Simple Harmonic Motion - Mass on a Spring

1. Feb 6, 2014

For a mass on a spring (vertical set up) undergoing SHM, we equate the restoring force, -kx, to -ω^2 x, coming to a conclusion that ω = $\sqrt{\frac{k}{m}}$. My question is, is the restoring force |mg - T| Where T is the tension in the spring? Because this seems to be the net force. I am used to equating tension to kx, not the net force.

2. Feb 6, 2014

nasu

The oscillation is around the equilibrium position.
In the equilibrium position the spring is stretched by an amount x_o, just enough for the elastic force to be equal to the weight.
So we have
kx_o=mg.

Now if we move it a little from this equilibrium position, let say by pulling it down, the spring will be stretched by an extra amount, x. x is measured from the equilibrium position.
So the elastic force will be
F=k(x_o+x)
and the net force will be
F_net=F-mg= k(x_o+x) -mg= kx_o+kx-mg = kx.
So the net force depends only on the displacement from the equilibrium position.

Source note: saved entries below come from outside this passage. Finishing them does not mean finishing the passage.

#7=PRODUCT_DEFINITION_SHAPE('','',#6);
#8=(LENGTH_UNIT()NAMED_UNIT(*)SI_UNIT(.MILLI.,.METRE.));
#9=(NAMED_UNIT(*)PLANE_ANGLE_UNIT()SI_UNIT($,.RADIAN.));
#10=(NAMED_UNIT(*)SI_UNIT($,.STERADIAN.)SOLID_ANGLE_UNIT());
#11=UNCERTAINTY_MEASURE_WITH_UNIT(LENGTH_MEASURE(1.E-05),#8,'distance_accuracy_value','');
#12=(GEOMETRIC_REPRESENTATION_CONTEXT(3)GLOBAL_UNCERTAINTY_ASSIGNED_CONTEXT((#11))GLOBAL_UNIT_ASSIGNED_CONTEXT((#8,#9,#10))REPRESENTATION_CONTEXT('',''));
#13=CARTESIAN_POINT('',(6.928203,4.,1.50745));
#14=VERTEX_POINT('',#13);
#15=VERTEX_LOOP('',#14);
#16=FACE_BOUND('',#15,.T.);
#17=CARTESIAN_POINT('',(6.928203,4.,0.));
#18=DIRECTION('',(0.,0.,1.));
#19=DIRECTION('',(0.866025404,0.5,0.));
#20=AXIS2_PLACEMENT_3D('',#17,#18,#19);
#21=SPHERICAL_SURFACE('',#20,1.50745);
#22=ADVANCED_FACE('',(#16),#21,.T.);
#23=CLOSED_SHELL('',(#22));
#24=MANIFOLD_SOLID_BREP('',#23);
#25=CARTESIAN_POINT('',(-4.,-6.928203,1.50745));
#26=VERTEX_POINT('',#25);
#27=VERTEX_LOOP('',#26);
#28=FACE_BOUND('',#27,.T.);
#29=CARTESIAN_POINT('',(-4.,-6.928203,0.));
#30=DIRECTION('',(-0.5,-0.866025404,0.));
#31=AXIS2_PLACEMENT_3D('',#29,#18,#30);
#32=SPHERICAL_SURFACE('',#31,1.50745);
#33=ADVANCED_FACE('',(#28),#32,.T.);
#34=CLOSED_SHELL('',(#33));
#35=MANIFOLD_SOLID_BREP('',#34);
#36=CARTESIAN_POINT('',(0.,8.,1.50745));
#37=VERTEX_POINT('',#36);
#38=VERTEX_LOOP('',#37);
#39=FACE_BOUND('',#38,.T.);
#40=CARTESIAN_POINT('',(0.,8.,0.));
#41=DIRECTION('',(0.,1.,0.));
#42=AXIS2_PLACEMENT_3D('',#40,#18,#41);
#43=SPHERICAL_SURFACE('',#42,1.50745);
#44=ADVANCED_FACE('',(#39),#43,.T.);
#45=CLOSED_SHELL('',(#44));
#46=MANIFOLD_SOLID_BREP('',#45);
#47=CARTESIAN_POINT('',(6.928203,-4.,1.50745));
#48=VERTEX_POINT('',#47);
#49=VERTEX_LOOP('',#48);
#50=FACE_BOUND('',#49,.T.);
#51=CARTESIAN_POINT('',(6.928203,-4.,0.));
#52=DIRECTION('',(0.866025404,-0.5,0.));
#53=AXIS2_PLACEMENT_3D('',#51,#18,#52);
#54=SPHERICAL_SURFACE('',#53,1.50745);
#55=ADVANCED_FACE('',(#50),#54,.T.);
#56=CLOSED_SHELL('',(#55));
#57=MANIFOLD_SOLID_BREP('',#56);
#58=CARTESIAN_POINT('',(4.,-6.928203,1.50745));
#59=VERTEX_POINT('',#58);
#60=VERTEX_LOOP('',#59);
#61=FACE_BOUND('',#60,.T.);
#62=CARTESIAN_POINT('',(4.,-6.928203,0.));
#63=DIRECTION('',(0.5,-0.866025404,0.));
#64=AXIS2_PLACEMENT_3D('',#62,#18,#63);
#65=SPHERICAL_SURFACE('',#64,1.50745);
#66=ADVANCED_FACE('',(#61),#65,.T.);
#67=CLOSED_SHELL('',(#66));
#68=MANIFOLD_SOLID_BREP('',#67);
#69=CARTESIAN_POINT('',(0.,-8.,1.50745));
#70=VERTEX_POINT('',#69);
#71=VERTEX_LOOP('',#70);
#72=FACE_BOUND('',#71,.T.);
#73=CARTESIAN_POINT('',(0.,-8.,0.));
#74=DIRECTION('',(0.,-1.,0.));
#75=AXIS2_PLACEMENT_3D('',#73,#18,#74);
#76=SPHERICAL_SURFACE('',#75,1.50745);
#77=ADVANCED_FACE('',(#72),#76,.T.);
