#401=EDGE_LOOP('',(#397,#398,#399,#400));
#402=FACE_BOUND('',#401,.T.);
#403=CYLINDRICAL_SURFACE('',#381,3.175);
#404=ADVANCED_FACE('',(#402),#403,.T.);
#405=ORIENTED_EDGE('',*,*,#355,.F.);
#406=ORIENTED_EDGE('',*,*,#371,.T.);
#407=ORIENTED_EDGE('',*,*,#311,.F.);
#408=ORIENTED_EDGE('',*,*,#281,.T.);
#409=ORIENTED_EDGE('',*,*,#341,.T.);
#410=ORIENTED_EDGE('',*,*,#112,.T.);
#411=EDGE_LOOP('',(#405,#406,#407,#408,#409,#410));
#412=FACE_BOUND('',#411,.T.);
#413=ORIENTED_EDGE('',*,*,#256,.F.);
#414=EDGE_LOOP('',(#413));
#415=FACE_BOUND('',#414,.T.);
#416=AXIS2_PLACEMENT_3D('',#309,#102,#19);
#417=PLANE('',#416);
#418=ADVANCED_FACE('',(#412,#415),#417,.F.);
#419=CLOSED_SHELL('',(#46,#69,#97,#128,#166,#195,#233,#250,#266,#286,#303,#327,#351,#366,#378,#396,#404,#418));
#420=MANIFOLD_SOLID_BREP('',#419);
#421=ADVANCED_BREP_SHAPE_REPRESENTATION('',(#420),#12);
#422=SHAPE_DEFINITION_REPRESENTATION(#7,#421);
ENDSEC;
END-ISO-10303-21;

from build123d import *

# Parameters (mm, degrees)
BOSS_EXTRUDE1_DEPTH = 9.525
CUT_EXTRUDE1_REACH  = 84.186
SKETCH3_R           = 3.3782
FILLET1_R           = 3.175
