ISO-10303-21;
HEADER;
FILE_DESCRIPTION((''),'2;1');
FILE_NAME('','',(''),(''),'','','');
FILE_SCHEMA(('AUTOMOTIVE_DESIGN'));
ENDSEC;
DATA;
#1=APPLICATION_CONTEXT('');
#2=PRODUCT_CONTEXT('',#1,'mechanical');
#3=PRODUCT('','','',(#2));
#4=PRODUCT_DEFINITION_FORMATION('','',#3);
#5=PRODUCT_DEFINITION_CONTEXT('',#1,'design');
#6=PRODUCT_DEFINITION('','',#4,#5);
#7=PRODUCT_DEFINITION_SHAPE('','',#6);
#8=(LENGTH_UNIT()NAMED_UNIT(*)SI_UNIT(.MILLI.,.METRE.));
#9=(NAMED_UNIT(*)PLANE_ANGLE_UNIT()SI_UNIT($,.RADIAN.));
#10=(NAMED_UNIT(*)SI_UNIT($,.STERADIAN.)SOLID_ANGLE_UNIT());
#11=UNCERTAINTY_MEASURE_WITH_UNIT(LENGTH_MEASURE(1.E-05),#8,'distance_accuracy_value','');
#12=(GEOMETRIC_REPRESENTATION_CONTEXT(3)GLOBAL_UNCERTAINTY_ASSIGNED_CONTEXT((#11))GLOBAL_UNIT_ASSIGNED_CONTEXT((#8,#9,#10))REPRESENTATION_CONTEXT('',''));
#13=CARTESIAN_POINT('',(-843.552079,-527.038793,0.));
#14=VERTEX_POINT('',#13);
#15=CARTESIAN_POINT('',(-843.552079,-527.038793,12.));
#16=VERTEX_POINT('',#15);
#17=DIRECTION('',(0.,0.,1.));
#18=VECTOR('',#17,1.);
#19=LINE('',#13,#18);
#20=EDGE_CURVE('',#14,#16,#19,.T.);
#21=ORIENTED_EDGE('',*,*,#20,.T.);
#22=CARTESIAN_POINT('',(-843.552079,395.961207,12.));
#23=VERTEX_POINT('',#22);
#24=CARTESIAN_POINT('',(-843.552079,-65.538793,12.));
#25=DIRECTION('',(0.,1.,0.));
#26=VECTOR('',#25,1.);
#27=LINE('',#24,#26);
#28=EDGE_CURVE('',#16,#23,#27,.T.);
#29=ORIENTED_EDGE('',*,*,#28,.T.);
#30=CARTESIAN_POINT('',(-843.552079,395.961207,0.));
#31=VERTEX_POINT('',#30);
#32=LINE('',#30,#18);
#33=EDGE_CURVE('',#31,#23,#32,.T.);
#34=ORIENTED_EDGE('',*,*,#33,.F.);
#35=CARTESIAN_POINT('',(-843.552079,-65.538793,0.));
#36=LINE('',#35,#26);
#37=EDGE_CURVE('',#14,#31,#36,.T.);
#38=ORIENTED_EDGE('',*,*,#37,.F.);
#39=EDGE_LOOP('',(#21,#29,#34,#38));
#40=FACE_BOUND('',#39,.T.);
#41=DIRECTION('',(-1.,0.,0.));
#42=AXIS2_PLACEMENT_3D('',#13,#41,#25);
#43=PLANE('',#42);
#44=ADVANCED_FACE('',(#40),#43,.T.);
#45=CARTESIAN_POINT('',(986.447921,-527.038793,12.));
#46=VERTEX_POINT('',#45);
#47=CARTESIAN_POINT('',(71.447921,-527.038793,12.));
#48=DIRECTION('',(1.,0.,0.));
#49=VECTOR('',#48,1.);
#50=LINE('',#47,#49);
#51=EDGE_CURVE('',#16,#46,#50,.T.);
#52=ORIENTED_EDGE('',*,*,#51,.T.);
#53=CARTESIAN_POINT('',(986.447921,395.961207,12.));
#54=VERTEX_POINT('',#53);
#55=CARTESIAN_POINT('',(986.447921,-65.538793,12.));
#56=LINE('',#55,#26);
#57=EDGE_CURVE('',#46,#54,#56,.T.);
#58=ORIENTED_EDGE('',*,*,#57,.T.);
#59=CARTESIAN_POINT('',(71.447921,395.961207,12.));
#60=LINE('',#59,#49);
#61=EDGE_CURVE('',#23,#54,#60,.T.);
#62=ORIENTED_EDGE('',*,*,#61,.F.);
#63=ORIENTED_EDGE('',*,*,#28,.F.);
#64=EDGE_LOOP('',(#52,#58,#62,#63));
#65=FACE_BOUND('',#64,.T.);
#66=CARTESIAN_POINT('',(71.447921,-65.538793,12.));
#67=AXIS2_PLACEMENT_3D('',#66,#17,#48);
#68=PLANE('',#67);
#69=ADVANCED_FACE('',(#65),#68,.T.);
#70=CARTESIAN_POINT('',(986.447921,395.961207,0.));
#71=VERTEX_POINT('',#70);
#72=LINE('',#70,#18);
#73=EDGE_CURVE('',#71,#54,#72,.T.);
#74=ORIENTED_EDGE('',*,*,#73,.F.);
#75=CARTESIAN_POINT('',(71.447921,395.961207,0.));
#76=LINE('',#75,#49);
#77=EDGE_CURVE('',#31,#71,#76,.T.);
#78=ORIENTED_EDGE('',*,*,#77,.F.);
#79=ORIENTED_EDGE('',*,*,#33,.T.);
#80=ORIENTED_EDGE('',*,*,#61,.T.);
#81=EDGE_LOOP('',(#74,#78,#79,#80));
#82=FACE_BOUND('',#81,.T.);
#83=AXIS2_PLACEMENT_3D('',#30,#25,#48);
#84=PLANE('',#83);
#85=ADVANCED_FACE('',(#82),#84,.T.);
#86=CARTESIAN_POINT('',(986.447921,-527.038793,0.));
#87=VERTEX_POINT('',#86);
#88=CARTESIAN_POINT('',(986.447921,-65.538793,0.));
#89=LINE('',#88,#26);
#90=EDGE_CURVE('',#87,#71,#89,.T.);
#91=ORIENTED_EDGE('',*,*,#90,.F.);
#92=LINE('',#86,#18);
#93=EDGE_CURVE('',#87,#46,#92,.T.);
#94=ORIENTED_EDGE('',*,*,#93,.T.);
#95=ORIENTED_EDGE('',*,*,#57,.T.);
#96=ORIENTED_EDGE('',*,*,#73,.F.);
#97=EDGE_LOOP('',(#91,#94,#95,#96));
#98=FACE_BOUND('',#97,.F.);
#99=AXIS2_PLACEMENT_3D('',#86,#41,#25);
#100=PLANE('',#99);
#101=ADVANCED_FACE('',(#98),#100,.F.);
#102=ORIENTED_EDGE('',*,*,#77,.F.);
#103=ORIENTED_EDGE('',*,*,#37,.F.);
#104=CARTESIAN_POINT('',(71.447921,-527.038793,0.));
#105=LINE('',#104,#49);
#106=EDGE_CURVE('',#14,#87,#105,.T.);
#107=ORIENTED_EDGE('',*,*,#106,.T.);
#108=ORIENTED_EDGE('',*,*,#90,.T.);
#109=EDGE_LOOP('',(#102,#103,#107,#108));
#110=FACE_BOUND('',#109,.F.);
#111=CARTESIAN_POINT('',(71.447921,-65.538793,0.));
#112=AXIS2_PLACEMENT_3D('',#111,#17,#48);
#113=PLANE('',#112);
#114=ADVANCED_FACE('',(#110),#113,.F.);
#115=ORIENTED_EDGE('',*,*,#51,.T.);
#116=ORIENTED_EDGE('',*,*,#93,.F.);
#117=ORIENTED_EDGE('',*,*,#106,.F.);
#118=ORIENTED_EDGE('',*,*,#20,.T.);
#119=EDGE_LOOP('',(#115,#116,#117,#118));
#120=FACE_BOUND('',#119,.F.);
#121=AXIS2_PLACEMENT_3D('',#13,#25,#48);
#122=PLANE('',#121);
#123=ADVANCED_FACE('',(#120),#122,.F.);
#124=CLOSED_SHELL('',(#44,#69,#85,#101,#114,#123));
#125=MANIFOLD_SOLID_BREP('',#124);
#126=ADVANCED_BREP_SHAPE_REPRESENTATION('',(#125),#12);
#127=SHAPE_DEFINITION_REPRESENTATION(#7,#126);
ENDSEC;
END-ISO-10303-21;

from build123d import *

# Parameters (mm, degrees)
SKETCH_W  = 1830
SKETCH_H  = 923
PAD_DEPTH = 12


with BuildPart() as part:
    # Sketch → Pad (new body)
    with BuildSketch(Plane.XY):
        with Locations((71.447921, -65.538793)):
            Rectangle(SKETCH_W, SKETCH_H)
    extrude(amount=PAD_DEPTH)


solid = part.part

And this is the restoring force.

3. Feb 6, 2014

sophiecentaur

That looks to be along the right lines to me, except why do you have a Modulus sign there? The restoring force needs to be given a sign to tell you which way it acts. At equilibrium, T = mg. and the equilibrium position is not directly related to the actual spring length. Oscillation is about this position and the tension will increase of decrease according to the 'restoring force'.
I can see your confusion but you just need to relate the physical situation to the maths describing it.